*Task statement*
Copy the entries exactly, through the "f 22 232 230" line.

*Provided data*
__________

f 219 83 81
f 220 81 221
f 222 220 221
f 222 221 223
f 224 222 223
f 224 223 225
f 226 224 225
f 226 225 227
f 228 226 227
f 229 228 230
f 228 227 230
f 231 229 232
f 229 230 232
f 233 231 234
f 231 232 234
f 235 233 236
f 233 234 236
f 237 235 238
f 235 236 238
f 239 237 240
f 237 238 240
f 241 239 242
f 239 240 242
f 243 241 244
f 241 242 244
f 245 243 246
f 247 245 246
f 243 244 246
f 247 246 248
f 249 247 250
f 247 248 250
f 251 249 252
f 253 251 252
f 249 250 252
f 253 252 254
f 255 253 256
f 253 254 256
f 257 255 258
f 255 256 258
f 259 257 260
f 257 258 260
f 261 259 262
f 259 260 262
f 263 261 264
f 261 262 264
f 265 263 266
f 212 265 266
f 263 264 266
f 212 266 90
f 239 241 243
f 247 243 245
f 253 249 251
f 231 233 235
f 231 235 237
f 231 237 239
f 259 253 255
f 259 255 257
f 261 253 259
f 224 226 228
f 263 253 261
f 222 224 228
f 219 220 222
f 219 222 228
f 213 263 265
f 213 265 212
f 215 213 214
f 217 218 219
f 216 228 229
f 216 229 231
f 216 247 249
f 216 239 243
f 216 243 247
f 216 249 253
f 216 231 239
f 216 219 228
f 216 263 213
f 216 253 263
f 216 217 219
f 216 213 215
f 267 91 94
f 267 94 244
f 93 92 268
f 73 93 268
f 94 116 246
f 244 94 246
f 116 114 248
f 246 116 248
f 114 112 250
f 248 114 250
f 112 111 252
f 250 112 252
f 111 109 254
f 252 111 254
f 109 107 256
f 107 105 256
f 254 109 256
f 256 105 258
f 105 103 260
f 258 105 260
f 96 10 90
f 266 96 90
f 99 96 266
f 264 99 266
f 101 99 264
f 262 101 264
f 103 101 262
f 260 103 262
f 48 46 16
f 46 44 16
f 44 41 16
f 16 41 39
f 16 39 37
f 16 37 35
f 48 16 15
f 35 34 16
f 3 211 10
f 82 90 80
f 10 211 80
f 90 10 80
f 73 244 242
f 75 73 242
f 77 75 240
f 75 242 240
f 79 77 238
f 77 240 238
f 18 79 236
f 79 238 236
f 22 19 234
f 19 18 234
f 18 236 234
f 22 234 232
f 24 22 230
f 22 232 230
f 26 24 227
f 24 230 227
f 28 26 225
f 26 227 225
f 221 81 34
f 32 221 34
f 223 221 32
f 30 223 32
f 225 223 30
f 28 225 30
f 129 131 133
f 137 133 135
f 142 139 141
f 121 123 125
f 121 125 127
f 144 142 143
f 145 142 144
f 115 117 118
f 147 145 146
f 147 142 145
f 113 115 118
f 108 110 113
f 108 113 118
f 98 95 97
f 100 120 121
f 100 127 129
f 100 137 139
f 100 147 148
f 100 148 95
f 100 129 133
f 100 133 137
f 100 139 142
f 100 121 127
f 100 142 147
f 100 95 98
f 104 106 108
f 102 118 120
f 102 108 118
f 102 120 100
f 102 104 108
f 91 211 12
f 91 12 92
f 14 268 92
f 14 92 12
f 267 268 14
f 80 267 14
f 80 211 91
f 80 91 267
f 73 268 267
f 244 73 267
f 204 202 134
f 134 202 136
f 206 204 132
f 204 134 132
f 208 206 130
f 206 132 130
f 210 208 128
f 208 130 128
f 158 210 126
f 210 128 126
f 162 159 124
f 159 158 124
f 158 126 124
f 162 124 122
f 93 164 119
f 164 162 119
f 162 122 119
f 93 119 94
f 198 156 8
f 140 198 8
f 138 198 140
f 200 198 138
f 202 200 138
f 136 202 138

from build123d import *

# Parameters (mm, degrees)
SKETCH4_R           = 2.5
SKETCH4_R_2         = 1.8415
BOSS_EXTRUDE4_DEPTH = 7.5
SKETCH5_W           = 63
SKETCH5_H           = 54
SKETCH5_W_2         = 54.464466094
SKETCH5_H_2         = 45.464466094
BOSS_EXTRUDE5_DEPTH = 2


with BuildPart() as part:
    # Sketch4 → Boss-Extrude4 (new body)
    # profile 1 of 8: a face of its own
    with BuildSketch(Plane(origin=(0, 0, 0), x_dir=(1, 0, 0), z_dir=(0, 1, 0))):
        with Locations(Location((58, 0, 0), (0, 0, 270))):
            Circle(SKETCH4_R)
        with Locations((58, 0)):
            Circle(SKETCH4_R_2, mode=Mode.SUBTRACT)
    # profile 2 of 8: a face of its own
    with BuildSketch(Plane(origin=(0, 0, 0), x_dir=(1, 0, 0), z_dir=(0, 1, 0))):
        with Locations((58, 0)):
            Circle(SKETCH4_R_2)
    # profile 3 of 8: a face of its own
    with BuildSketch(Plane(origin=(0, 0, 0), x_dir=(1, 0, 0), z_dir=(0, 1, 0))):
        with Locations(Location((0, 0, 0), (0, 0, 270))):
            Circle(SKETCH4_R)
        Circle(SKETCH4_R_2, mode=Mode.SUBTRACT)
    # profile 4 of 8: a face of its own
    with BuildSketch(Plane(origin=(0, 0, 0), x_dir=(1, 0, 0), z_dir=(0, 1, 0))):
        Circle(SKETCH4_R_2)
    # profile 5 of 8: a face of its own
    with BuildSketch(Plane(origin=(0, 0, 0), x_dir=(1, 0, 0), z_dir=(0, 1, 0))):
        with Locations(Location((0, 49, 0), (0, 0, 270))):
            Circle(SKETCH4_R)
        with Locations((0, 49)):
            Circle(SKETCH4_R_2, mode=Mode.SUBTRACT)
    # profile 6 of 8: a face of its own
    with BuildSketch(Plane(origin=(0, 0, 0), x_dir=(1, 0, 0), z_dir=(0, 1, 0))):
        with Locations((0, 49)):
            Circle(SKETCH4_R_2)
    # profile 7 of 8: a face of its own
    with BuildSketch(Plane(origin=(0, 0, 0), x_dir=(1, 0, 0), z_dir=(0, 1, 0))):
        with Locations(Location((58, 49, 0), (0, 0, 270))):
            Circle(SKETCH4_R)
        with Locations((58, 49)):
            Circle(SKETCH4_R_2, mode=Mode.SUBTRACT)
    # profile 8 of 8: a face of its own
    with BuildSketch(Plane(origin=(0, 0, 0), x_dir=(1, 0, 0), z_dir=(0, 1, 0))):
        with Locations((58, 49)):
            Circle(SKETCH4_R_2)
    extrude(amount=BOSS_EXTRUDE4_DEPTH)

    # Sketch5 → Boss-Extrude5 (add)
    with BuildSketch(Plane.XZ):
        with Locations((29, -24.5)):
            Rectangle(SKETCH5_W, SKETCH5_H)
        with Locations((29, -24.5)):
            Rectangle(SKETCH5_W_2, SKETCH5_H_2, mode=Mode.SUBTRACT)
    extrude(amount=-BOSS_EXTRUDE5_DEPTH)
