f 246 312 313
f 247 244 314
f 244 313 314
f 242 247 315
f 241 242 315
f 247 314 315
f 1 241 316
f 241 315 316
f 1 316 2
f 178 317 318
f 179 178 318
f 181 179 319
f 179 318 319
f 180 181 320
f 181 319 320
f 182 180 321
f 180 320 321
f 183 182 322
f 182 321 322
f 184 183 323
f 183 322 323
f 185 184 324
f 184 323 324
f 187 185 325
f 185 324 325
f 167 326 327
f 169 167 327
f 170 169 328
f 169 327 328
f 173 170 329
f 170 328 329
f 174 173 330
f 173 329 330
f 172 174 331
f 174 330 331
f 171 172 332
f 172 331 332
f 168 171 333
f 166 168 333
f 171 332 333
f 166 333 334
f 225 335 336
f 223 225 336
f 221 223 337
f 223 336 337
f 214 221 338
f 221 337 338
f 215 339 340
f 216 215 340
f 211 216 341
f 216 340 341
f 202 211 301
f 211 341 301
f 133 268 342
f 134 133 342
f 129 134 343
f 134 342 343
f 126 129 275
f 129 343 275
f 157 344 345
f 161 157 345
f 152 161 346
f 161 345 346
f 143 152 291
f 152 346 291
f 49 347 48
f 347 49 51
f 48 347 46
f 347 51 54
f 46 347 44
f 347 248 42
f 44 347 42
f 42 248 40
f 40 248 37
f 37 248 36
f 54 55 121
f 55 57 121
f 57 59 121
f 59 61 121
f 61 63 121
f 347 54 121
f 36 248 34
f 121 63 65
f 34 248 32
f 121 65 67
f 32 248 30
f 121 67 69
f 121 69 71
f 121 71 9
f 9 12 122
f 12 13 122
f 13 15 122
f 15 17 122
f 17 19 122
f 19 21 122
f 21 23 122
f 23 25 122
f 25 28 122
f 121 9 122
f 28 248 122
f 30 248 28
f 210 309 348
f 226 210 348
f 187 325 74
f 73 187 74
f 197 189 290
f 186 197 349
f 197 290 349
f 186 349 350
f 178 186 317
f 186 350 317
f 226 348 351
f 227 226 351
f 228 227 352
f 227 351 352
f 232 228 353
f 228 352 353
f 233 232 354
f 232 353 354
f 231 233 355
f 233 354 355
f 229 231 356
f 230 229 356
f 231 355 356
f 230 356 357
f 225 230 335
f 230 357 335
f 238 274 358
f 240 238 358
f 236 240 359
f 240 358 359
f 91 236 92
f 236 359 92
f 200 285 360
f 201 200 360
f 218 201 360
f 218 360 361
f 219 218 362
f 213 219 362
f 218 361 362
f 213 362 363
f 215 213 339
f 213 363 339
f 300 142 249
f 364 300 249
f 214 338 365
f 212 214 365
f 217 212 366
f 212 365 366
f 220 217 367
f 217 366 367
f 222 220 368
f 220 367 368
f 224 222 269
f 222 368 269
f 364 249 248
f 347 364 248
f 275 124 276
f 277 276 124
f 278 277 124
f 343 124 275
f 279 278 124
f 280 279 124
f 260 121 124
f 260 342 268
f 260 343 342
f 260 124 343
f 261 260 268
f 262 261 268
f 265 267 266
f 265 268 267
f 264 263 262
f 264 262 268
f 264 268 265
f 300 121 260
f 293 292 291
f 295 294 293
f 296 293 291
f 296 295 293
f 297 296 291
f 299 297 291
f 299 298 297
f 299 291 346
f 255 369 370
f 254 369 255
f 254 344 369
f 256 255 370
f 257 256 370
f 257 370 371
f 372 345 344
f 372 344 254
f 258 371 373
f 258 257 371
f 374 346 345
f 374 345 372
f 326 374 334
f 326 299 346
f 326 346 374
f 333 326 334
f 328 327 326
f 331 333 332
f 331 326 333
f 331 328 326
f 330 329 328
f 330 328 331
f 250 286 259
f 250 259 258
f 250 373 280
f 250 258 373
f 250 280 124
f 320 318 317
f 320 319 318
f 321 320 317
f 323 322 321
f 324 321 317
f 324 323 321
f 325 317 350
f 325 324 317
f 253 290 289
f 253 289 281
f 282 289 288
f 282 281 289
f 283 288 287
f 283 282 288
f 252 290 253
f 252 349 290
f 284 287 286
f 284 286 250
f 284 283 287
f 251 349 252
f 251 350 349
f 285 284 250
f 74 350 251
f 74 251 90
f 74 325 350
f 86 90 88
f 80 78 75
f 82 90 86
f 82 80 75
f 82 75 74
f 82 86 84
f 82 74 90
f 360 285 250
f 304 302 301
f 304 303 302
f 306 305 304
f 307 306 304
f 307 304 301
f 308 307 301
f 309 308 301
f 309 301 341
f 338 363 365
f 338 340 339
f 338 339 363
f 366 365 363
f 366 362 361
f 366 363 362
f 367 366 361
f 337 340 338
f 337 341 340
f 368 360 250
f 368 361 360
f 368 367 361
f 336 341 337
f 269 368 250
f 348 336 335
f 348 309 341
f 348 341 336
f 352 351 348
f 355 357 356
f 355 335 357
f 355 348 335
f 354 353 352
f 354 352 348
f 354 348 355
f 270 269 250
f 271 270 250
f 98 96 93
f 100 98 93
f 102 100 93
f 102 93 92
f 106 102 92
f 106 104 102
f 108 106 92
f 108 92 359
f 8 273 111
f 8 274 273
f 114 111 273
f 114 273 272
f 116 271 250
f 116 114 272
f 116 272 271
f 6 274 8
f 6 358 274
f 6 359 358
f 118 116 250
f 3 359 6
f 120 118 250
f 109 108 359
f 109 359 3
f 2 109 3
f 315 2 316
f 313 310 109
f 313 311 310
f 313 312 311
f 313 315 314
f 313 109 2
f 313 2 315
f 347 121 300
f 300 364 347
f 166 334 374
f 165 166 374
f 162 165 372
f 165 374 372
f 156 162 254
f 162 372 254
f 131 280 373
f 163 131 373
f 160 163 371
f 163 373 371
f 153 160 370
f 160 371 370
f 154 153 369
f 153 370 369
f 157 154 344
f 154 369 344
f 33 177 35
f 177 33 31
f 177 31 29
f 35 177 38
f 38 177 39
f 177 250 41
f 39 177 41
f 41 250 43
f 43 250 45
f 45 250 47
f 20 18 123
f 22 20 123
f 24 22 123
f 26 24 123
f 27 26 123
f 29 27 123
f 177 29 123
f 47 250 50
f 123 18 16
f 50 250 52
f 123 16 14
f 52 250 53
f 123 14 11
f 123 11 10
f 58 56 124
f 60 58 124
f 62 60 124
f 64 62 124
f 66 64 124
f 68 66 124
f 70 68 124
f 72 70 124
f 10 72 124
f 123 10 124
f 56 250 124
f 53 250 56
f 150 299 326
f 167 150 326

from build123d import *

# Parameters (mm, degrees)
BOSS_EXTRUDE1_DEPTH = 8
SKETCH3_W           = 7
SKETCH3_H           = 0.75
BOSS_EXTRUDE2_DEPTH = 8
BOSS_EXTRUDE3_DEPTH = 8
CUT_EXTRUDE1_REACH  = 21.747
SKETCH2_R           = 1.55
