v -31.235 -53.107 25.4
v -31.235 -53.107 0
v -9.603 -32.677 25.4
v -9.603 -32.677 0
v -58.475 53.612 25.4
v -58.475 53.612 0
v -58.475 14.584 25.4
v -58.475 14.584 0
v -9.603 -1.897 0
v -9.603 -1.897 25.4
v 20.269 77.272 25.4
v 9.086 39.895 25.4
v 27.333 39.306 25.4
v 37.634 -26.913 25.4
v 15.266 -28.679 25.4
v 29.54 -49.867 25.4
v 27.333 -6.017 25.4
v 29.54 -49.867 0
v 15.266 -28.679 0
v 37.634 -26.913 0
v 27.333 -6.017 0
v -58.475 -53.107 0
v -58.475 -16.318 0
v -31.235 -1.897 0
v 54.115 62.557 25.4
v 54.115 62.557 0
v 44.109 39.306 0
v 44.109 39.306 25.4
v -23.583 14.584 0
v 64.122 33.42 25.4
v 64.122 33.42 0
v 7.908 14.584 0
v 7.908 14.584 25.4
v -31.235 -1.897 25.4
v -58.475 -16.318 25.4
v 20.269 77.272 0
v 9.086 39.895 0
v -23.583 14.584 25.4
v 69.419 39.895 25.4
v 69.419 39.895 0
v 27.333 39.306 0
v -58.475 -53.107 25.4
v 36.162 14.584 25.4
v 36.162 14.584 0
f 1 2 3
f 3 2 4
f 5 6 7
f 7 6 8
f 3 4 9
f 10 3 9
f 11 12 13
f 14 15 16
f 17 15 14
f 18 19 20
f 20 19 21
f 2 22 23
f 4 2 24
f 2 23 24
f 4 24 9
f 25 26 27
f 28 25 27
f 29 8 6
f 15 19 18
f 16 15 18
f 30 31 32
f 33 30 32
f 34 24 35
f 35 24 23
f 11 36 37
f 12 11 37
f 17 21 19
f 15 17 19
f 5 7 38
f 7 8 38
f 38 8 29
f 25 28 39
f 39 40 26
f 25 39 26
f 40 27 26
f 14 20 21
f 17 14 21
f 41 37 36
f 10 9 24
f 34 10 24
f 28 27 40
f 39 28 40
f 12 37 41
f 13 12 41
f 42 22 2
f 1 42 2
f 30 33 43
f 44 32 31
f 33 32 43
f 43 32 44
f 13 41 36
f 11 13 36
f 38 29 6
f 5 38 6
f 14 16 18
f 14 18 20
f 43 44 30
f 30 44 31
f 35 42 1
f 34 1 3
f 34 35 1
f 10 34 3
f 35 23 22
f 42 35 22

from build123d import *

# Parameters (mm, degrees)
F1_DEPTH = 25.4


with BuildPart() as f1:
    # F0 (on Top) → F1 (new body)
    with BuildSketch(Plane.XY):
        Polygon((-23.582781, 14.584286), (-58.474906, 53.611768), (-58.474906, 14.584286), align=None)
        Polygon((64.121678, 33.420142), (7.908416, 14.584286), (36.162201, 14.584286), align=None)
        Polygon((-31.234847, -16.318291), (-58.474906, -16.318291), (-58.474906, -53.107075), (-31.234847, -27.50208), align=None)
        Polygon((-31.234847, -1.897085), (-58.474906, -16.318291), (-31.234847, -16.318291), align=None)
        Polygon((-31.234847, -27.50208), (-58.474906, -53.107075), (-31.234847, -53.107075), align=None)
        Polygon((-9.603042, -1.897085), (-31.234847, -16.318291), (-31.234847, -27.50208), (-9.603042, -32.677032), align=None)
        Polygon((-31.234847, -1.897085), (-31.234847, -16.318291), (-9.603042, -1.897085), align=None)
        Polygon((-31.234847, -27.50208), (-31.234847, -53.107075), (-9.603042, -32.677032), align=None)
        Polygon((20.269446, 77.27237), (9.085657, 39.894968), (27.332891, 39.306346), align=None)
        Polygon((44.108577, 39.306346), (69.419257, 39.894968), (54.115124, 62.556855), align=None)
        Polygon((37.633754, -26.91346), (27.332891, -6.017433), (15.266174, -28.679321), (29.53985, -49.866813), align=None)
    extrude(amount=F1_DEPTH)


solid = f1.part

__________

*Solved problem*
f 219 83 81
f 220 81 221
f 222 220 221
f 222 221 223
f 224 222 223
f 224 223 225
f 226 224 225
f 226 225 227
f 228 226 227
f 229 228 230
f 228 227 230
f 231 229 232
f 229 230 232
f 233 231 234
f 231 232 234
f 235 233 236
f 233 234 236
f 237 235 238
f 235 236 238
f 239 237 240
f 237 238 240
f 241 239 242
f 239 240 242
f 243 241 244
f 241 242 244
f 245 243 246
f 247 245 246
f 243 244 246
f 247 246 248
f 249 247 250
f 247 248 250
f 251 249 252
f 253 251 252
f 249 250 252
f 253 252 254
f 255 253 256
f 253 254 256
f 257 255 258
f 255 256 258
f 259 257 260
f 257 258 260
f 261 259 262
f 259 260 262
f 263 261 264
f 261 262 264
f 265 263 266
f 212 265 266
f 263 264 266
f 212 266 90
f 239 241 243
f 247 243 245
f 253 249 251
f 231 233 235
f 231 235 237
f 231 237 239
f 259 253 255
f 259 255 257
f 261 253 259
f 224 226 228
f 263 253 261
f 222 224 228
f 219 220 222
f 219 222 228
f 213 263 265
f 213 265 212
f 215 213 214
f 217 218 219
f 216 228 229
f 216 229 231
f 216 247 249
f 216 239 243
f 216 243 247
f 216 249 253
f 216 231 239
f 216 219 228
f 216 263 213
f 216 253 263
f 216 217 219
f 216 213 215
f 267 91 94
f 267 94 244
f 93 92 268
f 73 93 268
f 94 116 246
f 244 94 246
f 116 114 248
f 246 116 248
f 114 112 250
f 248 114 250
f 112 111 252
f 250 112 252
f 111 109 254
f 252 111 254
f 109 107 256
f 107 105 256
f 254 109 256
f 256 105 258
f 105 103 260
f 258 105 260
f 96 10 90
f 266 96 90
f 99 96 266
f 264 99 266
f 101 99 264
f 262 101 264
f 103 101 262
f 260 103 262
f 48 46 16
f 46 44 16
f 44 41 16
f 16 41 39
f 16 39 37
f 16 37 35
f 48 16 15
f 35 34 16
f 3 211 10
f 82 90 80
f 10 211 80
f 90 10 80
f 73 244 242
f 75 73 242
f 77 75 240
f 75 242 240
f 79 77 238
f 77 240 238
f 18 79 236
f 79 238 236
f 22 19 234
f 19 18 234
f 18 236 234
f 22 234 232
f 24 22 230
f 22 232 230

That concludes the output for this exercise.